This is for anyone who keeps tabs on me for any reason, but specifically my fanfiction I guess. I'm a writer so this will be a little long winded lol, but feel free to read what you want.
First I want to thank everyone who kept up with and read my story I'll Never Let You Go. At the time of writing, it was my best work and existed quietly in my drafts for seven or eight years as I built and built it up. It's the longest story I have ever completed, the eclipse of my skills and experiences at a time when all I wanted was to carry across a story about star-crossed lovers while I myself longed for such a fairytale love. While publishing, I invited artists to participate in a small challenge, which resulted in these lovely posts (1, 2, 3, 4, 5, 6, 7, 8), and set the stage beautifully for me to reveal the major twist of the story. I thank everyone who participated in making that moment so special for me. I'm very proud of the story and how it turned out after all this time. But I'm ready to move onto greater things.
And to anyone who has read any of my other works, thank you. My muse is an impulsive creature and I followed it toward many stories which sometimes had strange methods behind them but ultimately turned into projects I could be proud of. It means the world that my random explorations met any kind of audience with such positive reception.
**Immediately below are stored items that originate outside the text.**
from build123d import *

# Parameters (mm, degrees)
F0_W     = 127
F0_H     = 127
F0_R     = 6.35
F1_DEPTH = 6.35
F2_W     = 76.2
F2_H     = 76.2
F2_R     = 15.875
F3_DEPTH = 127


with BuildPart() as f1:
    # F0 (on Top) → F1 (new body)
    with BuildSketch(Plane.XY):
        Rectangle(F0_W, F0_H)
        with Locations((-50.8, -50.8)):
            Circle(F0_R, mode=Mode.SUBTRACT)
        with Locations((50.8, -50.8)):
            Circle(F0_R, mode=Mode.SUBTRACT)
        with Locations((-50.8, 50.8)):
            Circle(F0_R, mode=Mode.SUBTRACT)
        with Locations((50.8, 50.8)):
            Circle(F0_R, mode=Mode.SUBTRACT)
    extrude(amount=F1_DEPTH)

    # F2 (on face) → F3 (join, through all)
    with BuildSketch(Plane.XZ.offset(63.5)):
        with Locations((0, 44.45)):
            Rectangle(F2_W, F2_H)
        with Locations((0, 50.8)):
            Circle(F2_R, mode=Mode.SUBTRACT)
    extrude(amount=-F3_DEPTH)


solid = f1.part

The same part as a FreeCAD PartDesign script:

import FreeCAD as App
import Part
import Sketcher
Q = App.Units.Quantity


def add_polygon(sketch, points):
    """Adds a closed chain of lines whose ends are joined by coincident constraints."""
    first, n = sketch.GeometryCount, len(points)
    for a, b in zip(points, points[1:] + points[:1]):
        sketch.addGeometry(Part.LineSegment(App.Vector(*a, 0), App.Vector(*b, 0)), False)
    for i in range(n):
        sketch.addConstraint(Sketcher.Constraint("Coincident", first + i, 2, first + (i + 1) % n, 1))

doc = App.newDocument("Part")
body = doc.addObject("PartDesign::Body", "Body")

# Sketch on XY plane
sketch1 = doc.addObject("Sketcher::SketchObject", "Sketch")
body.addObject(sketch1)
sketch1.AttachmentSupport = (doc.XY_Plane, [""])
sketch1.MapMode = "FlatFace"
add_polygon(sketch1, [(-64, 64), (-64, -64), (64, -64), (64, 64)])  # lines 0-3
sketch1.addGeometry(Part.Circle(App.Vector(-51, -51, 0), App.Vector(0, 0, 1), 6), False)  # 4
sketch1.addGeometry(Part.Circle(App.Vector(51, -51, 0), App.Vector(0, 0, 1), 6), False)  # 5
sketch1.addGeometry(Part.Circle(App.Vector(-51, 51, 0), App.Vector(0, 0, 1), 6), False)  # 6
sketch1.addGeometry(Part.Circle(App.Vector(51, 51, 0), App.Vector(0, 0, 1), 6), False)  # 7
sketch1.addConstraint(Sketcher.Constraint("Vertical", 0))
sketch1.addConstraint(Sketcher.Constraint("Horizontal", 1))
sketch1.addConstraint(Sketcher.Constraint("Vertical", 2))
sketch1.addConstraint(Sketcher.Constraint("Horizontal", 3))
sketch1.addConstraint(Sketcher.Constraint("Equal", 4, 5))
sketch1.addConstraint(Sketcher.Constraint("Equal", 5, 6))
sketch1.addConstraint(Sketcher.Constraint("Equal", 6, 7))
sketch1.addConstraint(Sketcher.Constraint("Symmetric", 5, 3, 6, 3, -1, 1))
sketch1.addConstraint(Sketcher.Constraint("Symmetric", 4, 3, 7, 3, -1, 1))
sketch1.addConstraint(Sketcher.Constraint("Symmetric", 0, 2, 2, 2, -1, 1))
sketch1.addConstraint(Sketcher.Constraint("Symmetric", 4, 3, 5, 3, -2))
sketch1.addConstraint(Sketcher.Constraint("Equal", 3, 0))
sketch1.addConstraint(Sketcher.Constraint("Diameter", 4, Q("0.5 in")))
sketch1.addConstraint(Sketcher.Constraint("DistanceX", 1, 1, 1, 2, Q("5 in")))
sketch1.addConstraint(Sketcher.Constraint("DistanceX", 4, 3, -1, 1, Q("2 in")))
sketch1.addConstraint(Sketcher.Constraint("DistanceY", 4, 3, -1, 1, Q("2 in")))
pad1 = doc.addObject("PartDesign::Pad", "Pad")
body.addObject(pad1)
pad1.Profile = sketch1
pad1.Length = Q("0.25 in")

# Sketch on XZ plane
sketch2 = doc.addObject("Sketcher::SketchObject", "Sketch001")
body.addObject(sketch2)
sketch2.AttachmentSupport = (doc.XZ_Plane, [""])
sketch2.MapMode = "FlatFace"
sketch2.AttachmentOffset = App.Placement(App.Vector(0, 0, 2.5 * 25.4), App.Rotation())
add_polygon(sketch2, [(-38, 83), (-38, 6), (38, 6), (38, 83)])  # lines 0-3
sketch2.addGeometry(Part.Circle(App.Vector(0, 51, 0), App.Vector(0, 0, 1), 16), False)  # 4
sketch2.addConstraint(Sketcher.Constraint("Vertical", 0))
sketch2.addConstraint(Sketcher.Constraint("Horizontal", 1))
sketch2.addConstraint(Sketcher.Constraint("Vertical", 2))
sketch2.addConstraint(Sketcher.Constraint("Horizontal", 3))
sketch2.addConstraint(Sketcher.Constraint("PointOnObject", 4, 3, -2))
sketch2.addConstraint(Sketcher.Constraint("Equal", 3, 0))
sketch2.addConstraint(Sketcher.Constraint("Diameter", 4, Q("1.25 in")))
sketch2.addConstraint(Sketcher.Constraint("DistanceX", 1, 1, 1, 2, Q("3 in")))
sketch2.addConstraint(Sketcher.Constraint("DistanceY", -1, 1, 4, 3, Q("2 in")))
sketch2.addConstraint(Sketcher.Constraint("DistanceX", 0, 2, -1, 1, Q("1.5 in")))
sketch2.addConstraint(Sketcher.Constraint("DistanceY", -1, 1, 0, 2, Q("0.25 in")))
pad2 = doc.addObject("PartDesign::Pad", "Pad001")
body.addObject(pad2)
pad2.Profile = sketch2
pad2.Length = Q("5 in")
pad2.Reversed = True

doc.recompute()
Fandom has become a problem for me. What used to feel relaxed and creatively exciting now feels like a source of pressure. I caved into it once or twice and posted stories or art or whatever in the past specifically designed to heighten attention or exposure to my work. It never worked quite like I thought and always made me feel a little gross afterward. I may erase these works once I track them down. But now the pressure isn't even creative, it's become more or less of a social performance for me which I am not willing to participate in anymore.
So from now on, I'm going to blog what I want to and write whatever comes to me. Mario or not, fanwork or not. There are still some Mario stories mostly done that I want to share and I may do that in my own time, but it will not be with any intention except to please myself.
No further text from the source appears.